Figure 12.1: The \(N\)-layered halfspace model

We are going to derive expressions for the fields at \(-\infty < z < +\infty\). The resulting expressions will be similar to those derived for the case of a uniform halfspace.

We take the following steps to solve the problem:

First, we formulate a boundary value problem for the potential inside the layer with index \(n\), \(1 \le n \le N\), and extend its solution upwards to the layer denoted \(n-1\) by applying appropriate conditions of continuity of the fields and the potential.

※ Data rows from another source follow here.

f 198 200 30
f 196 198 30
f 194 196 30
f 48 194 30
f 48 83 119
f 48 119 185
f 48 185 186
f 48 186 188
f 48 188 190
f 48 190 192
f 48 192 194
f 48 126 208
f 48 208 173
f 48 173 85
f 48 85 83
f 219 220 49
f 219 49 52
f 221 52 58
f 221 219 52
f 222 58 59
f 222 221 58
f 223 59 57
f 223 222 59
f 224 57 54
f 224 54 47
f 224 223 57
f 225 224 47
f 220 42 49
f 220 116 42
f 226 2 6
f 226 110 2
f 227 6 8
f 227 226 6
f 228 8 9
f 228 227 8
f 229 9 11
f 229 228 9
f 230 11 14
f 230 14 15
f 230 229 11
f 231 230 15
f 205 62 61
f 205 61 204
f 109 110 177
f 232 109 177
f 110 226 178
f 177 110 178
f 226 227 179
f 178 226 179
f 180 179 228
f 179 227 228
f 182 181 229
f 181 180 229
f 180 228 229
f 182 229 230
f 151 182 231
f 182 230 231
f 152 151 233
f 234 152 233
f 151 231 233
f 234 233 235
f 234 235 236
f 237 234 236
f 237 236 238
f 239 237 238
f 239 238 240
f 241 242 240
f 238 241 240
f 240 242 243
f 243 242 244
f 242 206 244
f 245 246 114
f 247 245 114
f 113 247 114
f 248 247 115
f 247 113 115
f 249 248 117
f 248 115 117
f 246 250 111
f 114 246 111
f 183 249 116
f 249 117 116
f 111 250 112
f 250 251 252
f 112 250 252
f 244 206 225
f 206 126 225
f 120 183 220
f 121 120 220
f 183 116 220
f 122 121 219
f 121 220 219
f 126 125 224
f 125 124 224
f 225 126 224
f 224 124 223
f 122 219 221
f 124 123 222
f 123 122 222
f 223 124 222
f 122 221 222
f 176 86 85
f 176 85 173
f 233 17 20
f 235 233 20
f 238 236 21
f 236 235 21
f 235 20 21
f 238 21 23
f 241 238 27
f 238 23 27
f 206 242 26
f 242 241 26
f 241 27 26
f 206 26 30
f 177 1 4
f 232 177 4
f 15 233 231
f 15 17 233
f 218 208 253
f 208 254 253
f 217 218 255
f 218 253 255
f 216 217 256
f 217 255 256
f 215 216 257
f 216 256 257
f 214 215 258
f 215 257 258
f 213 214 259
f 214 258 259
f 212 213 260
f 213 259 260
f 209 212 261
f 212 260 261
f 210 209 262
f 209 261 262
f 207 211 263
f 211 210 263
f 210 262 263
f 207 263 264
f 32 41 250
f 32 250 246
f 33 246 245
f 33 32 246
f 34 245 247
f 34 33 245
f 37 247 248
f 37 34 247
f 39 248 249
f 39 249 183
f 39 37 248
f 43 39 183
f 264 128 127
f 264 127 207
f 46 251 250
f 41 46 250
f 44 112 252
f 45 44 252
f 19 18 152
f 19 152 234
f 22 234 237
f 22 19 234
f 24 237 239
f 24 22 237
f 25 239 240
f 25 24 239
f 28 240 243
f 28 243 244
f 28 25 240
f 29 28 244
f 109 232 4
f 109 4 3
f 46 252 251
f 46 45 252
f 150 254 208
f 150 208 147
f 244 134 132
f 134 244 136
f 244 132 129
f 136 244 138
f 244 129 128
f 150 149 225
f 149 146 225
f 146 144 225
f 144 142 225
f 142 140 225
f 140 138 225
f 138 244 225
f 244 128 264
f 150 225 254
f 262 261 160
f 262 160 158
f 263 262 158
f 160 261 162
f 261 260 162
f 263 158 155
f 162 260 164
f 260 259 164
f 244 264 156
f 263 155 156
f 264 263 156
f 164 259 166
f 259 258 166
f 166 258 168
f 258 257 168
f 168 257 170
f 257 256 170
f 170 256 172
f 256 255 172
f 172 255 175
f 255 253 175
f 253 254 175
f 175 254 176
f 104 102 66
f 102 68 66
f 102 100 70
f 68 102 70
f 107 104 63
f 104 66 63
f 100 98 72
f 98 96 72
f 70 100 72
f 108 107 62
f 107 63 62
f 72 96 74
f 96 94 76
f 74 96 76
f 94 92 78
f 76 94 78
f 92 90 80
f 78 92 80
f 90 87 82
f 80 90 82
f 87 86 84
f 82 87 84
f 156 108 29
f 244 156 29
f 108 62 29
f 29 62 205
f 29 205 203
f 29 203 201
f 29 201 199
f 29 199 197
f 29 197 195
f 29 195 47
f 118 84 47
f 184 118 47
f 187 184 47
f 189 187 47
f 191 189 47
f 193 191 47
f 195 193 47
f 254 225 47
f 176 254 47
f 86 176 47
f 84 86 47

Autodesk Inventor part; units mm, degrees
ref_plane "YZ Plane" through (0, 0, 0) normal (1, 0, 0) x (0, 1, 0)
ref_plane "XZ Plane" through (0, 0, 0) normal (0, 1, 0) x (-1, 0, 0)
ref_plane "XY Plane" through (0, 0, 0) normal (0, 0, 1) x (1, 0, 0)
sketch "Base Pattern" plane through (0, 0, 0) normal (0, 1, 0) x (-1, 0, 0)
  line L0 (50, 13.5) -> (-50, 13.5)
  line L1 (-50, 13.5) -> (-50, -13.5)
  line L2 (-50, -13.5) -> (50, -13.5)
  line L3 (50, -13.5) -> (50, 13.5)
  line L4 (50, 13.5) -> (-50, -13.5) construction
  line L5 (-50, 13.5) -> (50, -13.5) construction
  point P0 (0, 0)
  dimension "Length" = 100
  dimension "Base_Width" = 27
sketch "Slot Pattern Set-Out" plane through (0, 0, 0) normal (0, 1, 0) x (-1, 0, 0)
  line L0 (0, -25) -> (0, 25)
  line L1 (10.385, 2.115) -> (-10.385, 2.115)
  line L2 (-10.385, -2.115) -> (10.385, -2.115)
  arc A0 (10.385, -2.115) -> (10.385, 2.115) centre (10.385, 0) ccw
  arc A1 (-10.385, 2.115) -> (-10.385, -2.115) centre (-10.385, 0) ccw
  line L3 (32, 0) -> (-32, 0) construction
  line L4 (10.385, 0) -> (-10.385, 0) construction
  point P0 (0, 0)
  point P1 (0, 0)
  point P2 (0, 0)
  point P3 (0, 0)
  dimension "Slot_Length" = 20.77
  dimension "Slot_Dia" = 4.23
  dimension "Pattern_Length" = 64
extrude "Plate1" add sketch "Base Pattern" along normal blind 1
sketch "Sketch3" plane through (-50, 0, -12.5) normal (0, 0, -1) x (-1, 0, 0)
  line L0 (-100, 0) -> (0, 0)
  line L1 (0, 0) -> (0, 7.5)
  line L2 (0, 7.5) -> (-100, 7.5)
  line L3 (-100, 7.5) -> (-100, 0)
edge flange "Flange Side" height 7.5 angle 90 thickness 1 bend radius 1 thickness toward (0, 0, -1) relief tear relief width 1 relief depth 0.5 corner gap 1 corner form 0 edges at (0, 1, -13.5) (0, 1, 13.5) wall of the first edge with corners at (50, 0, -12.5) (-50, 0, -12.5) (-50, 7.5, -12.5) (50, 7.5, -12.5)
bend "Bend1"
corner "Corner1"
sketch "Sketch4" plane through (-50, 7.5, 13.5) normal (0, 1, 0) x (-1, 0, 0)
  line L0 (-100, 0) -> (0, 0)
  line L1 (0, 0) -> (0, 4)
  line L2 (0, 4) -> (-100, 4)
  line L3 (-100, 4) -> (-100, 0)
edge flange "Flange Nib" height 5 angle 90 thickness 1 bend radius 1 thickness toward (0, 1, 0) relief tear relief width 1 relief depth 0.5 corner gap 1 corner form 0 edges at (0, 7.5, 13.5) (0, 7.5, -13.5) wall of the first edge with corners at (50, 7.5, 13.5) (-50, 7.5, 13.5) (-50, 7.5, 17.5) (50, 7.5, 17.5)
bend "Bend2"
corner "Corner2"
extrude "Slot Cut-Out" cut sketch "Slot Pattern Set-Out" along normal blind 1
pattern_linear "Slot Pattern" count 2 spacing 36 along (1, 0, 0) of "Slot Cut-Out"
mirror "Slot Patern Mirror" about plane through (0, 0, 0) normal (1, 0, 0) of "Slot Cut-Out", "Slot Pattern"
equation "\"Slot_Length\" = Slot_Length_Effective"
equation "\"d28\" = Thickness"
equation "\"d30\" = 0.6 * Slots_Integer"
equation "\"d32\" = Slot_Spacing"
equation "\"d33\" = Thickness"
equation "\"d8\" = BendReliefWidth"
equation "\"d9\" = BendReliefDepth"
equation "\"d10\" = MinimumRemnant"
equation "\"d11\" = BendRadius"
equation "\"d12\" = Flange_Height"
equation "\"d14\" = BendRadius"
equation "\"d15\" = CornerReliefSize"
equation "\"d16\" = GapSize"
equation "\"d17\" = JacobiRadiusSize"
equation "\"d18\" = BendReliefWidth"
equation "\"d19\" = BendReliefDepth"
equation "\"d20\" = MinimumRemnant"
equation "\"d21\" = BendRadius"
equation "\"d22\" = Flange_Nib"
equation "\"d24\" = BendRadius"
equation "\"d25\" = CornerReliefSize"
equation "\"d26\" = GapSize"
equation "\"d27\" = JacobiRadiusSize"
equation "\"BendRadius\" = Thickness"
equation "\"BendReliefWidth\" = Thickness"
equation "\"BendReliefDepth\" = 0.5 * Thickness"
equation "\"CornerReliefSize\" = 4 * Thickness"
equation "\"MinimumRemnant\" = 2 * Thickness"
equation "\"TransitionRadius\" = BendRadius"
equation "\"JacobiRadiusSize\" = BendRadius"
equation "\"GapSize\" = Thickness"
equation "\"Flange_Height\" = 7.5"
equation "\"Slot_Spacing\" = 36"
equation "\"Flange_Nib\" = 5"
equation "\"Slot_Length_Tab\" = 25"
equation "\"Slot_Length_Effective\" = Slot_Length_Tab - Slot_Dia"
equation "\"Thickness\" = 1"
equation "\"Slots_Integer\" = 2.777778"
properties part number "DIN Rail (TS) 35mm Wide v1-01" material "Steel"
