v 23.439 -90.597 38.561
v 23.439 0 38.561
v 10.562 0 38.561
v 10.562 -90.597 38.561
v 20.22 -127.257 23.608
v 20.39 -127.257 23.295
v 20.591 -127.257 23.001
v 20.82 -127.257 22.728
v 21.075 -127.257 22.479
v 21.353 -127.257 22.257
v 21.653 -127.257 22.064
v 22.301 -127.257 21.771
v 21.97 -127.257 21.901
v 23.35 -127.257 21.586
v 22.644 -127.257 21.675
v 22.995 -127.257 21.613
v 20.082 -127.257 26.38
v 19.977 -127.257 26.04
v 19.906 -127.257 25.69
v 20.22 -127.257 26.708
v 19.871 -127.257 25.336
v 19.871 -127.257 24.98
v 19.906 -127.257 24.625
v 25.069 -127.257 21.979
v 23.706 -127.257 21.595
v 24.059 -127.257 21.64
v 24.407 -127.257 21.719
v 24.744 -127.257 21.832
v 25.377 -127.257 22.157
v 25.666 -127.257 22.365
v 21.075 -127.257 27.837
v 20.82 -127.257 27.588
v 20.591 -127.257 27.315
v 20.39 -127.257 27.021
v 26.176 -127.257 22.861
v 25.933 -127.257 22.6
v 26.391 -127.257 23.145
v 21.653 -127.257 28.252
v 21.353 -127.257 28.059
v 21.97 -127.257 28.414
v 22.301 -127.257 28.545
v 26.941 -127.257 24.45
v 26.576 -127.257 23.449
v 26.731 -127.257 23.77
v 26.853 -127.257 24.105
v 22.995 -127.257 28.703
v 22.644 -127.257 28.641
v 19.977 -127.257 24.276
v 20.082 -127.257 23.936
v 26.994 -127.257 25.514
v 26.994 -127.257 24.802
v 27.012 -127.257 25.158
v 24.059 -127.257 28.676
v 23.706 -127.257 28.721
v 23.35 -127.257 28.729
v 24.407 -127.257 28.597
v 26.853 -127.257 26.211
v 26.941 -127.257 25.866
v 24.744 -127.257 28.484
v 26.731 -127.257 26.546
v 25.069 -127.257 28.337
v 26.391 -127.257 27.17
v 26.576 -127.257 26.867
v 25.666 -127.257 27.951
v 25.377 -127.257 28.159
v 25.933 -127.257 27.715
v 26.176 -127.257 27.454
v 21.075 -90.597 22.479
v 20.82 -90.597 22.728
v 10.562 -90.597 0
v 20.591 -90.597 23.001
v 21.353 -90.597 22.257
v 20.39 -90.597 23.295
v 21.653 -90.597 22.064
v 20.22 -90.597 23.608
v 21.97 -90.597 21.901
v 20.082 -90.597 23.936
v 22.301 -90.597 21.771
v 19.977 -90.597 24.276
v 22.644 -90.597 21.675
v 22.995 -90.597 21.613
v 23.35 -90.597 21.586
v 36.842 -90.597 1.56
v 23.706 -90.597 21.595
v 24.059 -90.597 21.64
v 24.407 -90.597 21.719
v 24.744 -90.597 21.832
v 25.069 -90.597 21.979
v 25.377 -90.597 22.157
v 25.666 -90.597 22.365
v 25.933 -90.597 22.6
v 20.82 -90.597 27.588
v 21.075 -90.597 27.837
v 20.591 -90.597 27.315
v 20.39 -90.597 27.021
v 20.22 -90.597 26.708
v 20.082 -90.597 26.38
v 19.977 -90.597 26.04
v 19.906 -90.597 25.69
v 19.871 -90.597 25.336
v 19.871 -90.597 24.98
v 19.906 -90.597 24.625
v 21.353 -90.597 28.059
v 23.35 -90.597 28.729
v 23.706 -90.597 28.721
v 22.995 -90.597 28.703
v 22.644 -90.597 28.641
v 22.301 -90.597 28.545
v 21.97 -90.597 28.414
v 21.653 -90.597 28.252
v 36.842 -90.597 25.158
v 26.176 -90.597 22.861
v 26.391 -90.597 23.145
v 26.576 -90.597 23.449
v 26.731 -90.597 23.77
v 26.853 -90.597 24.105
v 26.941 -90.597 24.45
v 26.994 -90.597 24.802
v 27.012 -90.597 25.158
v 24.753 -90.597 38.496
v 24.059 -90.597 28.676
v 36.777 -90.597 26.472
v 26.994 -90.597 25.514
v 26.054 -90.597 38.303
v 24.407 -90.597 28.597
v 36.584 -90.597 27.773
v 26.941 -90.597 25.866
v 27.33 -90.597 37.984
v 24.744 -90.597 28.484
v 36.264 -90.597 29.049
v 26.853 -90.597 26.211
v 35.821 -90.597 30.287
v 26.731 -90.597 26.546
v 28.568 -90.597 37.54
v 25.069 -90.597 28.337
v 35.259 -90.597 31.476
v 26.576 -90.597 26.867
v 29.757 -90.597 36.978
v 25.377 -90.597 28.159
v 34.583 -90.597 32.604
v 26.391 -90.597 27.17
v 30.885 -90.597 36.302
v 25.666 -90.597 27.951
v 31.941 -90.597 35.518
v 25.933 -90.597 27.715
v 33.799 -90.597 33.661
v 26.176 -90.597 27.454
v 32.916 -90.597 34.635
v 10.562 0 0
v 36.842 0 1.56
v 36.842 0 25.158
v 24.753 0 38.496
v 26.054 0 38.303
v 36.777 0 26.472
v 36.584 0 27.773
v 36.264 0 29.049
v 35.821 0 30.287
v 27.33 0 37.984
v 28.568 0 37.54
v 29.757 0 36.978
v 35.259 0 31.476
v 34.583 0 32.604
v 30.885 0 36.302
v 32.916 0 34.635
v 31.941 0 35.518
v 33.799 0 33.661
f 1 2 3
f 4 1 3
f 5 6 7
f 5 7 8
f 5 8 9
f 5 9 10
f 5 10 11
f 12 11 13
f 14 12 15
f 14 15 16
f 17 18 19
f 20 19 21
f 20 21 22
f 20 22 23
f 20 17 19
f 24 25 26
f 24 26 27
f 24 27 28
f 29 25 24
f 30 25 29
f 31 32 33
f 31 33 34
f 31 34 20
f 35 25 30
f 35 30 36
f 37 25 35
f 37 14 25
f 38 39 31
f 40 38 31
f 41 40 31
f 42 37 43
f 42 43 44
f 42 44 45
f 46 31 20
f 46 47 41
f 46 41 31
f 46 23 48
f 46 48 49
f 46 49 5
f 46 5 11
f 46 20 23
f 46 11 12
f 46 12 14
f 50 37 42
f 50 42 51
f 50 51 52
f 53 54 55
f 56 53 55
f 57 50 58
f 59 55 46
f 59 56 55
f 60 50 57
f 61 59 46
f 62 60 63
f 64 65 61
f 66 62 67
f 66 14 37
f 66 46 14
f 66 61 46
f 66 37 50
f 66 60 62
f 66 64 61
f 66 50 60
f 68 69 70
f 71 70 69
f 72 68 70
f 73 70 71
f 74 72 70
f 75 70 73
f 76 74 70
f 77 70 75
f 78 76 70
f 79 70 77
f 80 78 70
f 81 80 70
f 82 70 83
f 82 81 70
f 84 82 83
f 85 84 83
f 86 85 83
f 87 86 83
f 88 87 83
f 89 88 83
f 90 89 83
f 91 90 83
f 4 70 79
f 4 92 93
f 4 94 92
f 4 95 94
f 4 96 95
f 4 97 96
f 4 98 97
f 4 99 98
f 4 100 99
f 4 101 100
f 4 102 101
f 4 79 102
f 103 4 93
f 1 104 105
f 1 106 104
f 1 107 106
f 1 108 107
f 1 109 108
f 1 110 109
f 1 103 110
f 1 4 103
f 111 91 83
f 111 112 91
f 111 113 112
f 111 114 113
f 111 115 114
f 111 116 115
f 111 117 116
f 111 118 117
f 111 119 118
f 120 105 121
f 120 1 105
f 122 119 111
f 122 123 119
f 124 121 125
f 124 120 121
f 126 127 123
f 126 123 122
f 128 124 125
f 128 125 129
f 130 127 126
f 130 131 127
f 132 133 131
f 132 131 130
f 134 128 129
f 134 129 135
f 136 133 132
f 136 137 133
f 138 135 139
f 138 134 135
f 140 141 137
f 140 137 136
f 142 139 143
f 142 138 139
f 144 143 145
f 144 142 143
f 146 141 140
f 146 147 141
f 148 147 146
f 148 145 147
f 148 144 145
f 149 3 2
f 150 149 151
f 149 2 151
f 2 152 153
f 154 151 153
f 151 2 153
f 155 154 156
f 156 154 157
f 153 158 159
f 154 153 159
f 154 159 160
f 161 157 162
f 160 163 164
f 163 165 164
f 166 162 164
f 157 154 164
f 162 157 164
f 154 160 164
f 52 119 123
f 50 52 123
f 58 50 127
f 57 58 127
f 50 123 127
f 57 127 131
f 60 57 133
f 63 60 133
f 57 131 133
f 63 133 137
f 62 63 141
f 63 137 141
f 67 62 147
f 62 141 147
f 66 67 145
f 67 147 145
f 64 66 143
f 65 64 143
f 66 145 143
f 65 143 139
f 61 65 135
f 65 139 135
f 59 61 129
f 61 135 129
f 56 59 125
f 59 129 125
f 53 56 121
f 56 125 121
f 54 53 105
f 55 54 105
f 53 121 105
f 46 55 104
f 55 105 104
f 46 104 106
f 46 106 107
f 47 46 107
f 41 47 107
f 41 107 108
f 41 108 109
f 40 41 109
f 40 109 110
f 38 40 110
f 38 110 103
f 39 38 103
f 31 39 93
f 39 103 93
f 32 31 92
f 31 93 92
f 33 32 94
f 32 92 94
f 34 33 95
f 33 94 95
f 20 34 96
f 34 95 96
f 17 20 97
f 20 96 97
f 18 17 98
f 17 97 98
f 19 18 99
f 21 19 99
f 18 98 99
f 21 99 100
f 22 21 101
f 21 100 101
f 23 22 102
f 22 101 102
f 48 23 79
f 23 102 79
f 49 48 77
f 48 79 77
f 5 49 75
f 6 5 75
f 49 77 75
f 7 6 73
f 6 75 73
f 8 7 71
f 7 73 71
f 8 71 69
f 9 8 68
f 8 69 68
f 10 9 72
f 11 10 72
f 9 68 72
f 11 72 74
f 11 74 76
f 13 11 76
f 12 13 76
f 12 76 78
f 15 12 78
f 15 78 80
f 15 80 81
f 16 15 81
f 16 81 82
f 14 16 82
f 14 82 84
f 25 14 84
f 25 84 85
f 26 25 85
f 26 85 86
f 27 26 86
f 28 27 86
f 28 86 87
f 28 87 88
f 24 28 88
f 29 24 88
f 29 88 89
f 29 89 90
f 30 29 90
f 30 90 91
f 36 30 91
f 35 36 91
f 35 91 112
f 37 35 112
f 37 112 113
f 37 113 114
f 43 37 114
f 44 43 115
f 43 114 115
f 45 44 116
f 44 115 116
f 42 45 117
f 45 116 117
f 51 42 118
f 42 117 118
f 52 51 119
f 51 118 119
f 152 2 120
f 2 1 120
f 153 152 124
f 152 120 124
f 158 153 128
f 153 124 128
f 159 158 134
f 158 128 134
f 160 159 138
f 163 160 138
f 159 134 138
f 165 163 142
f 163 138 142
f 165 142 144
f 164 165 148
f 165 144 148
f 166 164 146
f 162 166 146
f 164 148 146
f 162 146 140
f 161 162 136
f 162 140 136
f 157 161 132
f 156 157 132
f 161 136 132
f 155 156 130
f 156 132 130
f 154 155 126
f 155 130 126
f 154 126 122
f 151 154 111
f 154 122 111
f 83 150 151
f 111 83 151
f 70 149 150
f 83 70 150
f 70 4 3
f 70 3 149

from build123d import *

# Parameters (mm, degrees)
F1_DEPTH = 90.5968919396
F2_R     = 13.402691555
F3_R     = 3.5726570055
F4_DEPTH = 36.660566926


with BuildPart() as f1:
    # F0 (on Front) → F1 (new body)
    with BuildSketch(Plane.XZ):
        Polygon((36.8415974081, 38.5606420045), (10.5619765818, 38.5606420045), (10.5619765818, 0), (36.8415974081, 1.5603324458), align=None)
    extrude(amount=F1_DEPTH)

    # F2
    f2_edges = [f1.edges().sort_by_distance(p)[0] for p in [
        (36.841597, -45.298446, 38.560642),
    ]]
    fillet(f2_edges, radius=F2_R)

    # F3 (on face) → F4 (join)
    with BuildSketch(Plane.XZ.offset(90.5968919396)):
        with Locations((23.4389058531, 25.1579504495)):
            Circle(F3_R)
    extrude(amount=F4_DEPTH)


solid = f1.part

In what follows, we only consider that part of the solution of the Helmholtz equation depending on \(z\), i.e., \(V(z, \lambda)\).

Inside the layer with index \(n\) we define the function \(\lambda_n = \lambda_n(\lambda) = \sqrt{\lambda^2 + i\omega\mu_0 \sigma_n}\).

We assume that there are both upward and downward travelling waves arising from reflections at the discontinuities (jumps) of the electrical conductivity between adjacent uniform layers.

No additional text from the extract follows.